TASK GOAL.
Return exactly the span of lines in the following data that opens with the line containing "v 78.94 0 12.509" and closes with the line containing "v 213.311 0 88.9". Include nothing else.
--*--
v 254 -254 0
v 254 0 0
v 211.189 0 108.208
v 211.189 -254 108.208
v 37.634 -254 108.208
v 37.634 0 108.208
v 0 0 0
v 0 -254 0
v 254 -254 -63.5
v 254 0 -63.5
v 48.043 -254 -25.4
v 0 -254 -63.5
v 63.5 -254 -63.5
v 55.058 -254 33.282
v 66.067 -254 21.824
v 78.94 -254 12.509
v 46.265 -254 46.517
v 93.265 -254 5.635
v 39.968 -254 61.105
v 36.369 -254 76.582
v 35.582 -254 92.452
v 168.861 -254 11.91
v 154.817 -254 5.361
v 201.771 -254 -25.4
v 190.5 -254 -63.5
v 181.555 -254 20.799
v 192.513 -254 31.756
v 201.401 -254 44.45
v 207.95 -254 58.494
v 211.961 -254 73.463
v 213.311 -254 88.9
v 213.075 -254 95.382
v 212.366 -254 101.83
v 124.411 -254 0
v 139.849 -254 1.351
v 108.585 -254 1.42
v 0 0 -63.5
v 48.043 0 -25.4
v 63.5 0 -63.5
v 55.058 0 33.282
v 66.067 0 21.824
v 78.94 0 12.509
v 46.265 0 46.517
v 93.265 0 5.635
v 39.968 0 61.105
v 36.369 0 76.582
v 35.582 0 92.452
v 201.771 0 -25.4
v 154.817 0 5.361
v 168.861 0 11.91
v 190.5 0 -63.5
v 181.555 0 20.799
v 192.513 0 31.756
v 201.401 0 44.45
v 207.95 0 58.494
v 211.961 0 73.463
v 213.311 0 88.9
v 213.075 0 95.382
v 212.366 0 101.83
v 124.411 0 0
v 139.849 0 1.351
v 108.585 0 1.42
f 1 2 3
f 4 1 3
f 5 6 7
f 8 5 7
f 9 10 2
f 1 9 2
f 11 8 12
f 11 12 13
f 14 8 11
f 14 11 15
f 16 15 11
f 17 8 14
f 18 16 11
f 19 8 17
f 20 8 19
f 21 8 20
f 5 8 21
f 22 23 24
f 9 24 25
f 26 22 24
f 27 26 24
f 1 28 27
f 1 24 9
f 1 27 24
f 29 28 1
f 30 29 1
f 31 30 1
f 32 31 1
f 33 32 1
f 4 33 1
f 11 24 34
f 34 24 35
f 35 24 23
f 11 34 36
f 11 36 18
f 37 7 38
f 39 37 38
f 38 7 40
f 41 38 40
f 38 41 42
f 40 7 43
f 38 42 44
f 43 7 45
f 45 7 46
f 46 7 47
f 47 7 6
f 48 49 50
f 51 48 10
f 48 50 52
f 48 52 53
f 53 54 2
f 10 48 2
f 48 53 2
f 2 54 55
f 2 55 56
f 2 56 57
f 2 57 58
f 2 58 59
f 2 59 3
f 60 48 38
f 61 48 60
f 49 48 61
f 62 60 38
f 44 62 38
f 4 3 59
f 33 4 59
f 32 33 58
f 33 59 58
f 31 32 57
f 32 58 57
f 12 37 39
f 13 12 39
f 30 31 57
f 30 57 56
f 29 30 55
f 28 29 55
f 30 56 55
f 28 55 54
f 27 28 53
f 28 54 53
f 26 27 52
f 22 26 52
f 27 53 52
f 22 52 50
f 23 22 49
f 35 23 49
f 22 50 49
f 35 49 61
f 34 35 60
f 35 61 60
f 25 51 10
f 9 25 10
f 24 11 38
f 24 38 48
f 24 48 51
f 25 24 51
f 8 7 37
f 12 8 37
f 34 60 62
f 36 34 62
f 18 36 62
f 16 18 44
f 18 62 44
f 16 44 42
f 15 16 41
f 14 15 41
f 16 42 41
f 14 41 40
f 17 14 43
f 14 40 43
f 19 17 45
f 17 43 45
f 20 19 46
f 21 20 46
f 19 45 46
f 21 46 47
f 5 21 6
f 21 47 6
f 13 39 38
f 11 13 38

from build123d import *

# Parameters (mm, degrees)
F1_DEPTH = 254


with BuildPart() as f1:
    # F0 (on Front) → F1 (new body)
    with BuildSketch(Plane.XZ):
        Polygon((124.411419, 0), (0, 0), (0, -63.5), (63.5, -63.5), (48.04277, -25.4), (201.770738, -25.4), (190.5, -63.5), (254, -63.5), (254, 0), align=None)
        with BuildLine():
            Line((37.633552, 108.208333), (0, 0))
            Line((0, 0), (124.411419, 0))
            ThreePointArc((124.411419, 0), (55.058262, 33.282111), (37.633552, 108.208333))
        make_face()
        with BuildLine():
            ThreePointArc((213.311419, 88.9), (187.273212, 26.038207), (124.411419, 0))
            Line((124.411419, 0), (254, 0))
            Line((254, 0), (211.189286, 108.208333))
            ThreePointArc((211.189286, 108.208333), (212.779293, 98.612301), (213.311419, 88.9))
        make_face()
    extrude(amount=F1_DEPTH)


solid = f1.part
--*--
RESPONSE.
v 78.94 0 12.509
v 46.265 0 46.517
v 93.265 0 5.635
v 39.968 0 61.105
v 36.369 0 76.582
v 35.582 0 92.452
v 201.771 0 -25.4
v 154.817 0 5.361
v 168.861 0 11.91
v 190.5 0 -63.5
v 181.555 0 20.799
v 192.513 0 31.756
v 201.401 0 44.45
v 207.95 0 58.494
v 211.961 0 73.463
v 213.311 0 88.9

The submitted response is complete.